Mario Zechner just published a really nice version of that. It works by monkey-patching global.fetch and the Node HTTP library and then running Claude Code using Node with an extra --require interceptor-loader.js option to inject the patches.

Provided you have Claude Code installed and configured already, an easy way to run it is via npx like this:

npx @mariozechner/claude-trace --include-all-requests

I tried it just now and it logs request/response pairs to a .claude-trace folder, as both jsonl files and HTML.

The HTML interface is really nice. Here's an example trace - I started everything running in my llm checkout and asked Claude to "tell me about this software" and then "Use your agent tool to figure out where the code for storing API keys lives".

I specifically requested the "agent" tool here because I noticed in the tool definitions a tool called dispatch_agent with this tool definition (emphasis mine):

Launch a new agent that has access to the following tools: GlobTool, GrepTool, LS, View, ReadNotebook.

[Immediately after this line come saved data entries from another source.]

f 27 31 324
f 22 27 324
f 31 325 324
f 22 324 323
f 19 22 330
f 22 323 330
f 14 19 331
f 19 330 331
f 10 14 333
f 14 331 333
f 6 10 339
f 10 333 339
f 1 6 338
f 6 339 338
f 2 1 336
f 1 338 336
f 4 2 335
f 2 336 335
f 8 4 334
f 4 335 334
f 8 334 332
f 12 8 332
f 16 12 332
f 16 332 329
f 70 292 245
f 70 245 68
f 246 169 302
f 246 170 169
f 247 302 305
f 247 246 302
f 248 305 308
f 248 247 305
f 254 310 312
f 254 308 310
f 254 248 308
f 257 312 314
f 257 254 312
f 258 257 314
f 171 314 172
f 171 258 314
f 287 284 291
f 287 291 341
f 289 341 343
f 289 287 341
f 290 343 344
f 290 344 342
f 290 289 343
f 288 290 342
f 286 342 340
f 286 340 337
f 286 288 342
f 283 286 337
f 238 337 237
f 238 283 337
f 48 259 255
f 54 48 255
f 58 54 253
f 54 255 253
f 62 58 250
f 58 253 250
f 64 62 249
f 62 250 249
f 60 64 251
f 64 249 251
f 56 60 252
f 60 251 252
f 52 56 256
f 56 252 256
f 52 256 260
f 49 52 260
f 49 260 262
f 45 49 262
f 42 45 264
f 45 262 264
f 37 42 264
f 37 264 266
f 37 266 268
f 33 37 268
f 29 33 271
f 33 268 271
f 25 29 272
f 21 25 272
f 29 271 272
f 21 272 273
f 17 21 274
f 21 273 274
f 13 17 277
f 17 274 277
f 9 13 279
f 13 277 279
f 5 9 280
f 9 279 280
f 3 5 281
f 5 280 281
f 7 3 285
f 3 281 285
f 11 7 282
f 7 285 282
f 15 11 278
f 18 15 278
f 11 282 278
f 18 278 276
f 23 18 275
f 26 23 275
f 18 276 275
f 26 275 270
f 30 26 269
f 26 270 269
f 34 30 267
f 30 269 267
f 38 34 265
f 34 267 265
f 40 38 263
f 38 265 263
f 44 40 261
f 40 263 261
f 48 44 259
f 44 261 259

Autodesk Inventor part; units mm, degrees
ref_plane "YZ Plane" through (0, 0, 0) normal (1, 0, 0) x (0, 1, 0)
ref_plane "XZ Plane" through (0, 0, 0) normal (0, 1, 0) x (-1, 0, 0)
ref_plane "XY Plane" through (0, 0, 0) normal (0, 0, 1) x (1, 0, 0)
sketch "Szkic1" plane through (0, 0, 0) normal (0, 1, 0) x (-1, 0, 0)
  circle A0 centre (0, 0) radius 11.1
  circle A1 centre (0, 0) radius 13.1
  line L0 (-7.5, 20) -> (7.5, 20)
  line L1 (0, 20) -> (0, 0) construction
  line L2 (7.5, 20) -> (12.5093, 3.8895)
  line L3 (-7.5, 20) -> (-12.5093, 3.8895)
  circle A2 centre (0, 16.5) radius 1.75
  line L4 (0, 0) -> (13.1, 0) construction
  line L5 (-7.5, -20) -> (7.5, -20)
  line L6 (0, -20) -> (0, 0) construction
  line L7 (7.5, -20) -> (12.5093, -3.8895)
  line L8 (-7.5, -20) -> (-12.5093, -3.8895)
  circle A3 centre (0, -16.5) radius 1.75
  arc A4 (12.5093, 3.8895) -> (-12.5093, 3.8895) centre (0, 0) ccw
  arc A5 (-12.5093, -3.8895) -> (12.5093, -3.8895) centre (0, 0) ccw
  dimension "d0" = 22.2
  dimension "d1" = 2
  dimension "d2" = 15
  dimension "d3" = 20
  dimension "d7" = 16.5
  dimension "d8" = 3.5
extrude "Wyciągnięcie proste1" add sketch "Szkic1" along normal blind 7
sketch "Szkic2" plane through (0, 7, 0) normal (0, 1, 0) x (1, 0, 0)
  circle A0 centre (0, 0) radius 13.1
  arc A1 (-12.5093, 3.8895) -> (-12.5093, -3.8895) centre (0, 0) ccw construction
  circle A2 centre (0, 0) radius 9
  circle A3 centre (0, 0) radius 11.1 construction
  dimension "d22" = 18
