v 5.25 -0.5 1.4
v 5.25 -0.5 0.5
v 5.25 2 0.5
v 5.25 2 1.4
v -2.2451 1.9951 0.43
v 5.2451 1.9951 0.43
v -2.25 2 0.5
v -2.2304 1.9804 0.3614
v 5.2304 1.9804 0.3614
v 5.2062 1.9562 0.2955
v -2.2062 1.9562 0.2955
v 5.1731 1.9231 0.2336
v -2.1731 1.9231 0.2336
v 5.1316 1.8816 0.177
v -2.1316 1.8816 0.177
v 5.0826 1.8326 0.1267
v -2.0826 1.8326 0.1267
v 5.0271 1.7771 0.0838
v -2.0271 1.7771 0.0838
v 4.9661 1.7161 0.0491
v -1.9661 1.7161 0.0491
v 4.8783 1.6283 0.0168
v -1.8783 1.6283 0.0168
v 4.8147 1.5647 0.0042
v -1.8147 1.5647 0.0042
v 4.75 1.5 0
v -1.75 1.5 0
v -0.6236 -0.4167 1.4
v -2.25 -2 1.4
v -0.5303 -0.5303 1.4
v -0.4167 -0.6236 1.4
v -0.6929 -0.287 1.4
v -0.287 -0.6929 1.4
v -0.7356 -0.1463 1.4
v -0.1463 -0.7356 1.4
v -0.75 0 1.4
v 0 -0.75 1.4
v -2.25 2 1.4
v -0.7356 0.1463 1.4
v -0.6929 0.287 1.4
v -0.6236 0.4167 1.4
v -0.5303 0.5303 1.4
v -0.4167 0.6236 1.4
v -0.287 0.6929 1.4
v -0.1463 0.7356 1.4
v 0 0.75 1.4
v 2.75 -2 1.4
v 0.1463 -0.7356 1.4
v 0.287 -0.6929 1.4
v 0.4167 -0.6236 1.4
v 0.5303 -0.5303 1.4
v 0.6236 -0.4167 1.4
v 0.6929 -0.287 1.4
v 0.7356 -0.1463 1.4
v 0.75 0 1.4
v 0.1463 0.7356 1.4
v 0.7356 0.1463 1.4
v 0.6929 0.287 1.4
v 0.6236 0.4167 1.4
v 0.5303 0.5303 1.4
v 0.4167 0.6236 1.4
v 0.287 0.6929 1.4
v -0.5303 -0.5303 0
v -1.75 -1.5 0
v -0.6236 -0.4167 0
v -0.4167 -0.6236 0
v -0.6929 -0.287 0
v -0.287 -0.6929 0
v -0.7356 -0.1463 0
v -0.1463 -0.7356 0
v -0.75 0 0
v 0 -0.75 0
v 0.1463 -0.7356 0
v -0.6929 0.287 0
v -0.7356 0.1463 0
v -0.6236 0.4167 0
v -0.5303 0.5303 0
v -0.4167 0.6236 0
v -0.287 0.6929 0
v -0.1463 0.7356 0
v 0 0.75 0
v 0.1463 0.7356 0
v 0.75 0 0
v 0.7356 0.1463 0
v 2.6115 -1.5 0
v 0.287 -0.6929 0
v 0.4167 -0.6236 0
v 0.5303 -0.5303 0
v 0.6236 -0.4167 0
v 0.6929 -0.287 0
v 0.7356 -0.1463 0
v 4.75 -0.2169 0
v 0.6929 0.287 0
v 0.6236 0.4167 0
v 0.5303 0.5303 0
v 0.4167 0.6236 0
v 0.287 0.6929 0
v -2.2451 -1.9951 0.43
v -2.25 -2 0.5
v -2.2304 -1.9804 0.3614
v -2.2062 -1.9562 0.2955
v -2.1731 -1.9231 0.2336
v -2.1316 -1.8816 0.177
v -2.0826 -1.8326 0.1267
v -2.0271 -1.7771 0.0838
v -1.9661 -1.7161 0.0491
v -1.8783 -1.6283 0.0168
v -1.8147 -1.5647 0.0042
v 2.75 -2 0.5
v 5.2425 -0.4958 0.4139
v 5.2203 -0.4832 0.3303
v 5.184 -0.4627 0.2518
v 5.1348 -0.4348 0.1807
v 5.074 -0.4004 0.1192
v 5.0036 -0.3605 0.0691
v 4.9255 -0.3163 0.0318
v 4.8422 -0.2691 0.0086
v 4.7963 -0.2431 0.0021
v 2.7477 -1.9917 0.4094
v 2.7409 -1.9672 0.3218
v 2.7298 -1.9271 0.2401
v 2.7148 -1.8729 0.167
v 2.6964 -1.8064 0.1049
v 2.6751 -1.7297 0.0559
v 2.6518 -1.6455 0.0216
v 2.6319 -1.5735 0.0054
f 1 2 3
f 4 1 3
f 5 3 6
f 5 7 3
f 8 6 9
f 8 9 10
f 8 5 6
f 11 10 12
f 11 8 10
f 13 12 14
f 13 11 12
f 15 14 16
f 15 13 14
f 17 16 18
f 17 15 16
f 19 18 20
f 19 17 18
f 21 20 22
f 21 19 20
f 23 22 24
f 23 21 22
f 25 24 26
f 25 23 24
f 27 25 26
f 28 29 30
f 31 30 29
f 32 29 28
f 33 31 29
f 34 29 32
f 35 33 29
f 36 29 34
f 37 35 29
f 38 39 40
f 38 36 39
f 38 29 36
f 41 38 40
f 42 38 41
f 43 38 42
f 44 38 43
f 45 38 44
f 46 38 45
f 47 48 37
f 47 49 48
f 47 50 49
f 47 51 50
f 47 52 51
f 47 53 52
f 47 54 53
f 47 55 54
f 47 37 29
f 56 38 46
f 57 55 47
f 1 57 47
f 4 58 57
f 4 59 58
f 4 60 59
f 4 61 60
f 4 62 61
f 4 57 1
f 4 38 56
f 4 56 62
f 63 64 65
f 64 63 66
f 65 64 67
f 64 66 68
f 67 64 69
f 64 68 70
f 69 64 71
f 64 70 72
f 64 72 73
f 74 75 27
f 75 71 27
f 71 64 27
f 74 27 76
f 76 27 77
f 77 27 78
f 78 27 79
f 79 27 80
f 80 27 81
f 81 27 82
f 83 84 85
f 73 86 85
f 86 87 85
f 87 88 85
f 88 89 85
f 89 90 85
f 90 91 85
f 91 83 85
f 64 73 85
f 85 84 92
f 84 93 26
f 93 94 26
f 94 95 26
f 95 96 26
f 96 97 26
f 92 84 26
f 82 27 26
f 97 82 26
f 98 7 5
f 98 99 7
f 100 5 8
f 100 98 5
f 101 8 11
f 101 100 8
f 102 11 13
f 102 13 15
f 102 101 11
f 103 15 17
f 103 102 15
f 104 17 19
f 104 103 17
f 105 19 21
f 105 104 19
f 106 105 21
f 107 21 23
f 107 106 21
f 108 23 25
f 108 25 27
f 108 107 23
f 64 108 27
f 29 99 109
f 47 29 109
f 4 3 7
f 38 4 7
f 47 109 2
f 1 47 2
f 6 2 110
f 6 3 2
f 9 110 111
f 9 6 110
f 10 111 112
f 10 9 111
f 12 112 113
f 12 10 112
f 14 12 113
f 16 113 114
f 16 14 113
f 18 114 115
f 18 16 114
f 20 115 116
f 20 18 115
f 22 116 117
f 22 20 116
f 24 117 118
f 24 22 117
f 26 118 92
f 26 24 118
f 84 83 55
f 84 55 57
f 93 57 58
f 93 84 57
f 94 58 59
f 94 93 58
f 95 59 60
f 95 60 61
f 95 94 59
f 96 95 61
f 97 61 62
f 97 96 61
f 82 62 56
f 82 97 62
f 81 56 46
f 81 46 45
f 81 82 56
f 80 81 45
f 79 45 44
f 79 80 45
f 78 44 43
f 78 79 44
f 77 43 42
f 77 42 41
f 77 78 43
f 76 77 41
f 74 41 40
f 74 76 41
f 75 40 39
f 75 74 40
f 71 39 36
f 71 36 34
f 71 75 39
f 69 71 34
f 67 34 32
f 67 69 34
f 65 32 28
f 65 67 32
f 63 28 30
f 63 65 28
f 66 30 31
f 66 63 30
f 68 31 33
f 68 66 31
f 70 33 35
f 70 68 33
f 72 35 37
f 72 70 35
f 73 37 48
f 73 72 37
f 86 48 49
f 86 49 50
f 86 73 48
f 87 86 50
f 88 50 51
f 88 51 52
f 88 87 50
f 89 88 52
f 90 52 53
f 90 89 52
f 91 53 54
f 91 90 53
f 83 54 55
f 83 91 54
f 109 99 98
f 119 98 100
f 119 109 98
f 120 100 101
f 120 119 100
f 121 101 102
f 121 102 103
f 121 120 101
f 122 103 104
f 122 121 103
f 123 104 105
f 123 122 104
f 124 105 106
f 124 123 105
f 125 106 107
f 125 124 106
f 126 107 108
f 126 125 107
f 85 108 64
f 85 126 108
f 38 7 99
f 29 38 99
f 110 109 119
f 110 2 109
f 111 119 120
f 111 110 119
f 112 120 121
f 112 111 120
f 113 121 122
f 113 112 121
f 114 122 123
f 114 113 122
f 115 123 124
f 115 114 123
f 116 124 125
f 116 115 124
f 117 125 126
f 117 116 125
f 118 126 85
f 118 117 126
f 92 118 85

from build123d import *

# Parameters (mm, degrees)
SKETCH1_R           = 0.75
BOSS_EXTRUDE1_DEPTH = 1.4
FILLET1_R           = 0.5


with BuildPart() as part:
    # Sketch1 → Boss-Extrude1 (new body)
    with BuildSketch(Plane.XY):
        Polygon((-2.25, 2), (-2.25, -2), (2.75, -2), (5.25, -0.5), (5.25, 2), align=None)
        Circle(SKETCH1_R, mode=Mode.SUBTRACT)
    extrude(amount=BOSS_EXTRUDE1_DEPTH)

    # Fillet1
    fillet1_edges = [part.edges().sort_by_distance(p)[0] for p in [
        (5.25, 0.75, 0),
        (4, -1.25, 0),
        (0.25, -2, 0),
        (-2.25, 0, 0),
        (1.5, 2, 0),
    ]]
    fillet(fillet1_edges, radius=FILLET1_R)


solid = part.part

When you are searching for a keyword or file and are not confident that you will find the right match on the first try, use the Agent tool to perform the search for you. For example:

If you are searching for a keyword like "config" or "logger", the Agent tool is appropriate

If you want to read a specific file path, use the View or GlobTool tool instead of the Agent tool, to find the match more quickly

If you are searching for a specific class definition like "class Foo", use the GlobTool tool instead, to find the match more quickly

Usage notes:

Launch multiple agents concurrently whenever possible, to maximize performance; to do that, use a single message with multiple tool uses

When the agent is done, it will return a single message back to you. The result returned by the agent is not visible to the user. To show the user the result, you should send a text message back to the user with a concise summary of the result.

Each agent invocation is stateless. You will not be able to send additional messages to the agent, nor will the agent be able to communicate with you outside of its final report. Therefore, your prompt should contain a highly detailed task description for the agent to perform autonomously and you should specify exactly what information the agent should return back to you in its final and only message to you.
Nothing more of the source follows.